This repo implements a domain adaptation neural networks. The paper Unsupervised Domain Adaptation by Backpropagation by Yaroslav Ganin and Victor Lempitsky was a great source of inspiration to design the neural networks.
The goal of this repo is to implement a network able to classify MNIST samples by using only SVHN labelled samples and MNIST unlabelled samples during training.
virtualenv -p python3 env
source env/bin/activate
pip install -r requirements.txt
python utils/download_data.py
All the configuration variables are in the file utils/config.py.
To have a baseline of the performance without domain adaptation, I tested a simple Convolutional Neural Network. The architecture is described in this picture: cnn.
The network with domain adaptation was designed such that the architecture for label prediction was the same as the previous CNN for two main reasons:
- compare similar networks performance
- load pre trained weigths to make training easier
The architecture is described in those pictures: cnn_grl_model and cnn_grl_fe.
To display training options
python train.py -h
python evaluate.py
Network | Source (accuracy) | Target (accuracy) |
---|---|---|
CNN | SVHN (0.908) | MNIST (0.601) |
CNN-GRL | SVHN (0.883) | MNIST (0.711) |
CNN | MNIST (0.986) | SVHN (0.230) |
CNN-GRL | MNIST (0.982) | SVHN (0.238) |
It seems than the Gradient Reversal Layer leads to a significative improvement of the network to classify MNIST when it has been trained on SVHN. However, the opposite task isn't more effective with the GRL.

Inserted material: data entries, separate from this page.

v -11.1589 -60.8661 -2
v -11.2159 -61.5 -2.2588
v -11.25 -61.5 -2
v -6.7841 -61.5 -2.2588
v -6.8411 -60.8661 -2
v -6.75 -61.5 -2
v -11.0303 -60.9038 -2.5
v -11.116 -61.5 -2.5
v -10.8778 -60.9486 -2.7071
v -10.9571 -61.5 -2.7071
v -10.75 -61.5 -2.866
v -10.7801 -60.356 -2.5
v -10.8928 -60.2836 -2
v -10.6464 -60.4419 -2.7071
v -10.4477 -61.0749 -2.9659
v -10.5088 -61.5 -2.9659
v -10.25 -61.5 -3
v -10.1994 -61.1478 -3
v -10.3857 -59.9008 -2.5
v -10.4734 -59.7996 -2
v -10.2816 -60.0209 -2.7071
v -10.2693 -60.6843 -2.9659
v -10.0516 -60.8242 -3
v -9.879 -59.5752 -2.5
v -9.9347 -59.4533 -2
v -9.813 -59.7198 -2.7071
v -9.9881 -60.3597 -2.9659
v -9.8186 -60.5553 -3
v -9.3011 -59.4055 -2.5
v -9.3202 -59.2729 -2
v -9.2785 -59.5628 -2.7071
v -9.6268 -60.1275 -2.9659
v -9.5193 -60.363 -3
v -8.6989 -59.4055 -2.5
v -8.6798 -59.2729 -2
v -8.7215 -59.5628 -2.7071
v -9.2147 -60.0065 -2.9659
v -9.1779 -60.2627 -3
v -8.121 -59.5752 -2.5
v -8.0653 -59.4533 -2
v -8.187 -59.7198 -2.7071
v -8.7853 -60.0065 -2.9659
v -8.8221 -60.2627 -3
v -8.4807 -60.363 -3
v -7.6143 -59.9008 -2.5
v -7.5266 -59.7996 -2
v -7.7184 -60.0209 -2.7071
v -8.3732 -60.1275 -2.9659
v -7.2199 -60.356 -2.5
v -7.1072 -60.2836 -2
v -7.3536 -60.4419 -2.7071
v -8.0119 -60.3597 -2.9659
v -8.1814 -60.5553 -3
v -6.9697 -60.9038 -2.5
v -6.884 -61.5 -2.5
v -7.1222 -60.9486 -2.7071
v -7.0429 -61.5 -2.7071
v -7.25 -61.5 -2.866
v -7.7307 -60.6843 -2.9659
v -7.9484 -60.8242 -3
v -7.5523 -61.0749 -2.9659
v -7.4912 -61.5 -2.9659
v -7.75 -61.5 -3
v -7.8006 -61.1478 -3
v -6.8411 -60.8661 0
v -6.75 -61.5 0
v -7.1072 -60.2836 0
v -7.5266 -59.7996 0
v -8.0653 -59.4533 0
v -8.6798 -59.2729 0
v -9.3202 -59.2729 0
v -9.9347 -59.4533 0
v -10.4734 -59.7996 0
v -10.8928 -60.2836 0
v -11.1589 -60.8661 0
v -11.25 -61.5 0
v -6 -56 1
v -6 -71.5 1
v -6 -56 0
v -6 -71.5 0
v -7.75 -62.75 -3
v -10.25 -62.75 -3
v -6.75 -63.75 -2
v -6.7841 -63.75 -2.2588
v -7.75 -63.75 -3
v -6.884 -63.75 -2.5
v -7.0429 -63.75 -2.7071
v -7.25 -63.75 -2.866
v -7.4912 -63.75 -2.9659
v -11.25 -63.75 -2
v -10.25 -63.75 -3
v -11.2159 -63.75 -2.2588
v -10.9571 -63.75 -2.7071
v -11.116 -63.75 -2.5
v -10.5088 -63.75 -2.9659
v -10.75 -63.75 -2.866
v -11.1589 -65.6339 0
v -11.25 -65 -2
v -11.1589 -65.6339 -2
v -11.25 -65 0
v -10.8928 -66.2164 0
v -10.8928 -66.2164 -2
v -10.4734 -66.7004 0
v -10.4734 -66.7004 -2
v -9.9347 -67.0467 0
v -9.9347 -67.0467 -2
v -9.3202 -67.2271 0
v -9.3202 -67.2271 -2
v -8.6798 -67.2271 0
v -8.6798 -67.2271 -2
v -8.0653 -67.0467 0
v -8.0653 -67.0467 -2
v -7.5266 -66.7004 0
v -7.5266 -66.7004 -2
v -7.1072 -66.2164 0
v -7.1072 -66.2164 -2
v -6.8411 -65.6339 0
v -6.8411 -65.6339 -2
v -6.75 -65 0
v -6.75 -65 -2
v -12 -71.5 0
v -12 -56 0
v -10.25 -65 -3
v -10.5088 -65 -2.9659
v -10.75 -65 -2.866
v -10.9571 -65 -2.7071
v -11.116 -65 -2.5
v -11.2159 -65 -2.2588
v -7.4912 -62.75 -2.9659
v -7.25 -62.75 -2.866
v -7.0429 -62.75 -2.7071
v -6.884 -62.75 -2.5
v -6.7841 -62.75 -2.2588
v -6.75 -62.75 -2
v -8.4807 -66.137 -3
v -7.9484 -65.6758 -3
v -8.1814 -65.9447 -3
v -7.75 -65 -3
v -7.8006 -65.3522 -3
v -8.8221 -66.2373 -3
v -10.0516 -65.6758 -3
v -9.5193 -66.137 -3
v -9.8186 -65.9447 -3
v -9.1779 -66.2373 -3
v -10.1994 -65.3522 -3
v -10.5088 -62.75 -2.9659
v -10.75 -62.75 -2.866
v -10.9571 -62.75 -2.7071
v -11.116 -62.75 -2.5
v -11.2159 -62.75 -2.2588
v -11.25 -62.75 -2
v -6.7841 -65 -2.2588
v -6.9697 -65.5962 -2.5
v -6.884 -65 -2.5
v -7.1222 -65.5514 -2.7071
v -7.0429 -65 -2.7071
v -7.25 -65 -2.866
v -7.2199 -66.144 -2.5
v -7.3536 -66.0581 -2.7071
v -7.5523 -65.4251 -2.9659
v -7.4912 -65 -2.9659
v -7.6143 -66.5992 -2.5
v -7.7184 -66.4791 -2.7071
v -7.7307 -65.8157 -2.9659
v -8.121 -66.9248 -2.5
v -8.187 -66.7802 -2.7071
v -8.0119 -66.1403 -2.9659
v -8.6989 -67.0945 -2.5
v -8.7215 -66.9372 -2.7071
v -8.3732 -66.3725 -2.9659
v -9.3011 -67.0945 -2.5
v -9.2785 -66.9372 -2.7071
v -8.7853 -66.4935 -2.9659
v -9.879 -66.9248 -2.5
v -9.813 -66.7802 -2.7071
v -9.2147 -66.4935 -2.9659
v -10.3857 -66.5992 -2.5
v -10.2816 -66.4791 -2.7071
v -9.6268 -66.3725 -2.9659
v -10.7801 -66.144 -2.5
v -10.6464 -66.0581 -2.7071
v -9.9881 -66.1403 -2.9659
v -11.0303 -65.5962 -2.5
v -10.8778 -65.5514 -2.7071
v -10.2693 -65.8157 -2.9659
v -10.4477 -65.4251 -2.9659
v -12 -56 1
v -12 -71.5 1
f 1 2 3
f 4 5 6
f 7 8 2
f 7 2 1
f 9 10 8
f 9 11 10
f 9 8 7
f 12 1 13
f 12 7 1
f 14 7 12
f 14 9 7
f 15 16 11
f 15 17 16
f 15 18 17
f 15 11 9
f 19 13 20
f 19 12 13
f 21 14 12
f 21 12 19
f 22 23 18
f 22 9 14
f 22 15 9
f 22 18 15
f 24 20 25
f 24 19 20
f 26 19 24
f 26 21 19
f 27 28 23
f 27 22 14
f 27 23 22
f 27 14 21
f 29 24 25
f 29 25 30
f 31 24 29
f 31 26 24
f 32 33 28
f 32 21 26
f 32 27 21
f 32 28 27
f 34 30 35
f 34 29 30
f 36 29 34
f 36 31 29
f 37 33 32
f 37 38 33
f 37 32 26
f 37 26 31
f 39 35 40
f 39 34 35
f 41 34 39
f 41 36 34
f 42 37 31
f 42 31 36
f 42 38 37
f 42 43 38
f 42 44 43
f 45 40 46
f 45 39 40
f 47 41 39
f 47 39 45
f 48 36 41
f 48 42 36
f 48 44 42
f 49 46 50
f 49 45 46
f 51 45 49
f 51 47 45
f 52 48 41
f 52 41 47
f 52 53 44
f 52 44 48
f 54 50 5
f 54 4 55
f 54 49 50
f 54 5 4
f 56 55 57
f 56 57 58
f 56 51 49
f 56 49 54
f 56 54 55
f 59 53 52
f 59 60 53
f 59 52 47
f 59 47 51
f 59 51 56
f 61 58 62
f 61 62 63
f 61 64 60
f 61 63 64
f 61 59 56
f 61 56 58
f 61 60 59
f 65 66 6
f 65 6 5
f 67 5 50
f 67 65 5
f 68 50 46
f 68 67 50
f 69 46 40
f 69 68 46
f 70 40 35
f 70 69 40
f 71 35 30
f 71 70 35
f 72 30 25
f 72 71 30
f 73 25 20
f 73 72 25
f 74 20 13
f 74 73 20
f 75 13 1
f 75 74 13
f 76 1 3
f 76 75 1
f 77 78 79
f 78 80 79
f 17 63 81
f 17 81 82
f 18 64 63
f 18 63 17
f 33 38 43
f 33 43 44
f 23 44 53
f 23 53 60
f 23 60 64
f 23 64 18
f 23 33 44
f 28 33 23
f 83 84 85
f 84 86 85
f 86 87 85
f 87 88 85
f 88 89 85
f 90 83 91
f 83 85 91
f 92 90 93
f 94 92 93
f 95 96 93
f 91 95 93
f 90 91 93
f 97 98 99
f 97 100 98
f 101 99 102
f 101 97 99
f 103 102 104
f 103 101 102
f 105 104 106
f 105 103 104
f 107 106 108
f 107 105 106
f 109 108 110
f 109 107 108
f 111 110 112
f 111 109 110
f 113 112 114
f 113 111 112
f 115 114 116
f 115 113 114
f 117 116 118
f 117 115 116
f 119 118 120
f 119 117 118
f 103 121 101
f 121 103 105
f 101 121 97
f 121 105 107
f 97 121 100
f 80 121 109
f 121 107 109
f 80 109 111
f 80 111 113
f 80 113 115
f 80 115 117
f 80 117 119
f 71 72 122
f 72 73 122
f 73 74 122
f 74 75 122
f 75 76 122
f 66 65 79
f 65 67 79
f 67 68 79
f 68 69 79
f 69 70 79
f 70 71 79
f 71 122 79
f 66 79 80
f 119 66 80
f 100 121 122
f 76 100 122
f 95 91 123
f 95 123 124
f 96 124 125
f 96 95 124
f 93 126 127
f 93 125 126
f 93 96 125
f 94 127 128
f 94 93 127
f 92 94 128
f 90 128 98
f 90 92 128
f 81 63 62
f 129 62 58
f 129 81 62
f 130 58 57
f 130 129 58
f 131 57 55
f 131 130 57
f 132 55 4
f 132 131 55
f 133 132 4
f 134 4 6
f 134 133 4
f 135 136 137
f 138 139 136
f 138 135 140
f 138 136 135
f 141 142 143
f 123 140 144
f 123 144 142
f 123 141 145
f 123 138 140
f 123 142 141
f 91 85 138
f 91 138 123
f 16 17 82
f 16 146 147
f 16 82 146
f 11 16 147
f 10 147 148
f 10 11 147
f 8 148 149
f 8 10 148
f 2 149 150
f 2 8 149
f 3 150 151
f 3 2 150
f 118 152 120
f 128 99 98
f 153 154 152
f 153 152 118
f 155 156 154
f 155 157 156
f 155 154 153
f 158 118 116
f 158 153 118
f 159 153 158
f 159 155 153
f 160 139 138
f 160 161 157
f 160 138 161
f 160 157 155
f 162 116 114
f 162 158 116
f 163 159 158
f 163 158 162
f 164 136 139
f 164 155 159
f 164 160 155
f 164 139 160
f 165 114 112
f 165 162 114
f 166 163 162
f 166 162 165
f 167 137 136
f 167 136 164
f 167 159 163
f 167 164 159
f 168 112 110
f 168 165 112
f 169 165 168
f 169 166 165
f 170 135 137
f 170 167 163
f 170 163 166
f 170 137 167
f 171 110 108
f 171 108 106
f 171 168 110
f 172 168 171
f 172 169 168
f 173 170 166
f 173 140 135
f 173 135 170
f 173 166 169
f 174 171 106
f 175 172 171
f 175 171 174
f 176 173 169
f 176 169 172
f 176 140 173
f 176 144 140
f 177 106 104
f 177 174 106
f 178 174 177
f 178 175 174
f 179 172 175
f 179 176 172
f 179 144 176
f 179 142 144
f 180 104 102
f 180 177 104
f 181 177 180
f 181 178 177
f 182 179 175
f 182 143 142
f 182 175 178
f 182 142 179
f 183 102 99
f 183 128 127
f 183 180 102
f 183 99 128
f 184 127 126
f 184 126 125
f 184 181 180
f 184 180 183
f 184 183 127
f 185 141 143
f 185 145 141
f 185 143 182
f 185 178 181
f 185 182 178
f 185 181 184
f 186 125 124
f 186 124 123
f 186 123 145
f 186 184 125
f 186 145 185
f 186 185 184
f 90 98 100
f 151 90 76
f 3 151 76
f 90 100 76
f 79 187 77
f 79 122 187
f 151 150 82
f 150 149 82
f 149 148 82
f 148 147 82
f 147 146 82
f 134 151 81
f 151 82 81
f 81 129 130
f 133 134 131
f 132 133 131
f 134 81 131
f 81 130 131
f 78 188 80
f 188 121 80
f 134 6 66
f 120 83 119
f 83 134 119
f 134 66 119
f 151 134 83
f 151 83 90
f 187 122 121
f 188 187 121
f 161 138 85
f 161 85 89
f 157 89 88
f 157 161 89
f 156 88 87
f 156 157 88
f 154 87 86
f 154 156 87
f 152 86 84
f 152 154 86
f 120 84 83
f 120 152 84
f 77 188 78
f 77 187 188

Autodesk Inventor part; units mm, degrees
ref_plane "YZ Plane" through (0, 0, 0) normal (1, 0, 0) x (0, 1, 0)
ref_plane "XZ Plane" through (0, 0, 0) normal (0, 1, 0) x (-1, 0, 0)
ref_plane "XY Plane" through (0, 0, 0) normal (0, 0, 1) x (1, 0, 0)
ref_plane "Work Plane1" through (0, 0, -1.5) normal (0, 0, -1) x (-1, 0, 0)
sketch "Sketch1" plane through (0, 0, -1.5) normal (0, 0, -1) x (-1, 0, 0)
  line L0 (11.5, -60) -> (11.5, -65) projected
  arc A0 (9.3, -67.4819) -> (11.5, -65) centre (9, -65) ccw projected
  arc A1 (11.5, -60) -> (9.3, -57.5181) centre (9, -60) ccw projected
  line L1 (15, -75) -> (9.3, -75) projected
  line L2 (15, -5) -> (15, -75) projected
  line L3 (9.3, -5) -> (15, -5) projected
  line L4 (6.75, -60) -> (6.75, -65)
  arc A2 (6.75, -65) -> (11.25, -65) centre (9, -65) ccw
  line L5 (11.25, -65) -> (11.25, -60)
  arc A3 (11.25, -60) -> (6.75, -60) centre (9, -60) ccw
  line L6 (9, -65) -> (9, -61.5) construction
  line L7 (6.75, -65) -> (6.75, -61.5)
  line L8 (11.25, -61.5) -> (11.25, -65)
  arc A4 (6.75, -65) -> (11.25, -65) centre (9, -65) ccw
  arc A5 (11.25, -61.5) -> (6.75, -61.5) centre (9, -61.5) ccw
  line L9 (9.3, -57.5181) -> (9.3, -5) projected
  line L10 (9.3, -75) -> (9.3, -67.4819) projected
  point P0 (0, 0)
  point P1 (9, -63.25)
  dimension "d0" = 0.25
  dimension "d1" = 3.5
extrude "Extrusion1" add sketch "Sketch1" along normal blind 0.5 and the other way blind 1.5 contours A5 L5 A2 L4
sketch "Sketch2" plane through (0, 0, 0) normal (0, 0, 1) x (1, 0, 0)
  line L0 (-6.75, -65) -> (-6.75, -61.5) projected
  arc A0 (-6.75, -61.5) -> (-11.25, -61.5) centre (-9, -61.5) ccw projected
  line L1 (-11.25, -61.5) -> (-11.25, -65) projected
  arc A1 (-11.25, -65) -> (-6.75, -65) centre (-9, -65) ccw projected
  line L2 (-12.5, -69.5) -> (-5.5, -69.5)
  line L3 (-5.5, -69.5) -> (-5.5, -60.5)
  line L4 (-5.5, -60.5) -> (-12.5, -60.5)
  line L5 (-12.5, -60.5) -> (-12.5, -69.5)
  line L6 (-12.5, -69.5) -> (-5.5, -60.5) construction
  line L7 (-5.5, -69.5) -> (-12.5, -60.5) construction
  line L8 (-12.5, -57) -> (-5.5, -57)
  line L9 (-5.5, -57) -> (-5.5, -66)
  line L10 (-5.5, -66) -> (-12.5, -66)
  line L11 (-12.5, -66) -> (-12.5, -57)
  line L12 (-12.5, -57) -> (-5.5, -66) construction
  line L13 (-5.5, -57) -> (-12.5, -66) construction
  point P0 (0, 0)
  dimension "d6" = 7
  dimension "d7" = 7
  dimension "d9" = 9
extrude "Extrusion2" add sketch "Sketch2" along normal blind 1
ref_plane "Work Plane2" through (-10.6833, -67.2, 6.3) normal (-1, 0, 0) x (0, 0, 1)
sketch "Sketch3" plane through (-10.6833, -67.2, 6.3) normal (-1, 0, 0) x (0, 0, 1)
  line L0 (0.322, -0.2398) -> (-0.378, -0.2398) projected
  line L1 (-0.378, -1.4398) -> (-0.378, -0.2398) projected
  line L2 (-0.378, -1.4398) -> (0.322, -1.4398) projected
  line L3 (0.322, -1.4398) -> (0.322, -0.2398) projected
  line L4 (0.272, 0.6602) -> (-1.028, 0.6602)
  line L5 (-1.028, 0.6602) -> (-1.028, -2.3398)
  line L6 (-1.028, -2.3398) -> (0.272, -2.3398)
  line L7 (0.272, -2.3398) -> (0.272, 0.6602)
  line L8 (0.272, 0.6602) -> (-1.028, -2.3398) construction
  line L9 (-1.028, 0.6602) -> (0.272, -2.3398) construction
  line L10 (-1.028, -2.3398) -> (-5.3, -2.3398)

The next two plots are a visualization of the features built by different networks. It is a t-sne with 2 components of the output of the Dense layer with 512 units in each network. I only used 3000 samples to make t-sne computation faster.
The goal of the network with gradient reversal layer is to build features independent of the input distribution samples (MNIST or SVHN for example). Thus, the features built by the CNN-GRL network should be more mixed than the one built by the classic CNN.
Even if it isn't completely obvious, the features built by the CNN-GRL architecture seem to be more mixed than the ones built by the CNN architecture.
The same calculation on the whole datasets would probably lead to a more obvious result.